I have been in my current relationship now for 20 years. We have children. It has never been a relationship made in heaven and we have had our troubles in the past, but for a long while now I have been feeling that i just dont love my husband anymore (Maybe years rather than weeks) I always thought that if I had no desire to marry my man by time wed been together 10 yrs then I probably never would then I got pregnant...that was 10 years ago and now we have "kids" (we did get married  how or why...kids?)

This last year I have just constatntlt felt stressed all the time. Im so irritable, I get depressed easily and am having some therapy. My instincive feeling is I no longer love him but I kep trying to tell my head I do to make life easier.

I feel like Im a walking time bomb and one day it will all come out in a crazy destryuctive way. I really dont know how long I can go on like this. I just feel so desperate inside.

I love my kids so much and never want to hurt them, they love their dad sooo much too. Hes a very good dad, cant ever fault him for that. If it did ever come to a split...how on earth do you sort the kids out and who they live with. How can you expect them to choose??

My life just feels so bad at the moment and I dont know how to get past this.

I also suffer with anxiety disorder and I dont know which is making which worse?

Any comments from others who have felt like this would be very very welcome, just so I know Im not the only one to feel like this. I feel like a really bad person who is failing.


----------



## praebeo (Oct 24, 2007)

ps, I dont explain things too well or fully so any questions welcome


----------



## draconis (Oct 3, 2007)

The most important question would be how old are the kids?

Could the dad take them on full time?

Normally the court will decide who is best for the kids to live with. It is normally based on many factors but it has more to do with who spends the most time caring for them and who can serve them the best.

In my first marriage I had a child and it was decided he would be with me. Although I have full custody of him because the mother is so good I let her see him when ever she wants to. It works for us.

Additionally the feelings you are having about your marriage is nothing new. Have you tried to give it a restart?

To many people fall into the mundane and lose the spark that drew them together in the first place. If you look at the 100 things in 100 days I am doing for my wife you'll see I put quite a bit into keeping that spark going. I will tell you we have had ups and downs but we are doing extremely well overall.

draconis


----------



## praebeo (Oct 24, 2007)

Thank you, I will look at that


----------



## evenow (Oct 15, 2007)

I don't fully know your situation. When did you first start feeling you didn't love him anymore? After the children? Did any big change happen in your life (job, family, friends)? 

It's good you're talking to someone. Are you getting any help for this in therapy?

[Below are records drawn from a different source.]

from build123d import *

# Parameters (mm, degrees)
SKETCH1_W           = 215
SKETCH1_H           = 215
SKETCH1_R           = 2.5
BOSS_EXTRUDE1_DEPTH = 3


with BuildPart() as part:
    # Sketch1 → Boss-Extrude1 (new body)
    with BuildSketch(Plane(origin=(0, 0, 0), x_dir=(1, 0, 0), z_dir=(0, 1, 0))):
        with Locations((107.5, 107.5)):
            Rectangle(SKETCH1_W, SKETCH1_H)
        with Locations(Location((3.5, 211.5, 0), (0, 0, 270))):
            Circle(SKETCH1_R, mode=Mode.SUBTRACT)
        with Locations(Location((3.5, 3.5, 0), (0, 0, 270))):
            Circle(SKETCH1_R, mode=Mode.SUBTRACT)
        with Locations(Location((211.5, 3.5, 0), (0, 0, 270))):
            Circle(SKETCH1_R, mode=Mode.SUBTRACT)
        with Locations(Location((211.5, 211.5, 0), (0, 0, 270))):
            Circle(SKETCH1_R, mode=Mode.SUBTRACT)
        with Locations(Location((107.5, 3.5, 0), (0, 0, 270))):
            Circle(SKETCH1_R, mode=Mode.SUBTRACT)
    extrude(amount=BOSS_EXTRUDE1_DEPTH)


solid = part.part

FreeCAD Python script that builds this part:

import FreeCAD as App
import Part
import Sketcher
from FreeCAD import Vector

doc = App.newDocument("Part")
body = doc.addObject("PartDesign::Body", "Body")

# Sketch on XZ plane
sketch1 = body.newObject("Sketcher::SketchObject", "Sketch")
sketch1.AttachmentSupport = (doc.getObject("XZ_Plane"), [""])
sketch1.MapMode = "FlatFace"
sketch1.addGeometry(Part.LineSegment(Vector(0, -215, 0), Vector(0, 0, 0)), False)
sketch1.addGeometry(Part.LineSegment(Vector(0, 0, 0), Vector(215, 0, 0)), False)
sketch1.addGeometry(Part.LineSegment(Vector(215, 0, 0), Vector(215, -215, 0)), False)
sketch1.addGeometry(Part.LineSegment(Vector(215, -215, 0), Vector(0, -215, 0)), False)
sketch1.addGeometry(Part.Circle(Vector(3.5, -3.5, 0), Vector(0, 0, 1), 2.5), False)
sketch1.addGeometry(Part.Circle(Vector(107.5, -3.5, 0), Vector(0, 0, 1), 2.5), False)
sketch1.addGeometry(Part.Circle(Vector(211.5, -3.5, 0), Vector(0, 0, 1), 2.5), False)
sketch1.addGeometry(Part.Circle(Vector(3.5, -211.5, 0), Vector(0, 0, 1), 2.5), False)
sketch1.addGeometry(Part.Circle(Vector(211.5, -211.5, 0), Vector(0, 0, 1), 2.5), False)
sketch1.addConstraint(Sketcher.Constraint("Coincident", 0, 2, 1, 1))
sketch1.addConstraint(Sketcher.Constraint("Coincident", 1, 2, 2, 1))
sketch1.addConstraint(Sketcher.Constraint("Coincident", 2, 2, 3, 1))
sketch1.addConstraint(Sketcher.Constraint("Coincident", 3, 2, 0, 1))
sketch1.addConstraint(Sketcher.Constraint("Vertical", 0))
sketch1.addConstraint(Sketcher.Constraint("Horizontal", 1))
sketch1.addConstraint(Sketcher.Constraint("Vertical", 2))
sketch1.addConstraint(Sketcher.Constraint("Horizontal", 3))
sketch1.addConstraint(Sketcher.Constraint("Coincident", 0, 2, -1, 1))
sketch1.addConstraint(Sketcher.Constraint("Equal", 4, 5))
sketch1.addConstraint(Sketcher.Constraint("Equal", 5, 6))
sketch1.addConstraint(Sketcher.Constraint("Equal", 6, 7))
sketch1.addConstraint(Sketcher.Constraint("Equal", 7, 8))
sketch1.addConstraint(Sketcher.Constraint("Horizontal", 4, 3, 5, 3))
sketch1.addConstraint(Sketcher.Constraint("Horizontal", 5, 3, 6, 3))
sketch1.addConstraint(Sketcher.Constraint("Horizontal", 7, 3, 8, 3))
sketch1.addConstraint(Sketcher.Constraint("Vertical", 4, 3, 7, 3))
sketch1.addConstraint(Sketcher.Constraint("Vertical", 6, 3, 8, 3))
sketch1.addConstraint(Sketcher.Constraint("Equal", 3, 0))
sketch1.addConstraint(Sketcher.Constraint("Diameter", 4, 5.0))
sketch1.addConstraint(Sketcher.Constraint("DistanceX", 1, 1, 1, 2, 215.0))
sketch1.addConstraint(Sketcher.Constraint("DistanceX", 4, 3, 5, 3, 104.0))
sketch1.addConstraint(Sketcher.Constraint("DistanceX", 5, 3, 6, 3, 104.0))
sketch1.addConstraint(Sketcher.Constraint("DistanceY", 7, 3, 4, 3, 208.0))
sketch1.addConstraint(Sketcher.Constraint("DistanceX", -1, 1, 4, 3, 3.5))
sketch1.addConstraint(Sketcher.Constraint("DistanceY", 4, 3, -1, 1, 3.5))
pad1 = body.newObject("PartDesign::Pad", "Pad")
pad1.Profile = sketch1
pad1.Length = 3
pad1.Reversed = True

doc.recompute()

I know sometimes a relationship changes and that's all normal but no one gets married to be miserable.


----------



## draconis (Oct 3, 2007)

evenow said:


> but no one gets married to be miserable.


I like that I will have to quote that some time.

draconis


----------



## praebeo (Oct 24, 2007)

evenow said:


> I don't fully know your situation. When did you first start feeling you didn't love him anymore? After the children? Did any big change happen in your life (job, family, friends)?
> 
> It's good you're talking to someone. Are you getting any help for this in therapy?
> 
> I know sometimes a relationship changes and that's all normal but no one gets married to be miserable.


I dont know when it started but its been around for a long time now. Things werent particularily good before the children. But I have a thing called SA and I kinda hang on to things and dont give up so even if we had problems before the kids I wouldnt have let go, like a not wanting to fail kinda thing, not wanting to let others down.

I am having some cognitive behavioural therapy for my anxiety and will eventually bring up the subject of my marriage but am trying to work on self esteem and confidence first to see if these make a difference (although deep down I dont think they will) But I feel they will help in any future decisions. My psyhologist did ask me about my relationship with my husband at the beginning but I just said things were ok and didnt aknowledge any problems.....I went home feeling guilty and depressed that day.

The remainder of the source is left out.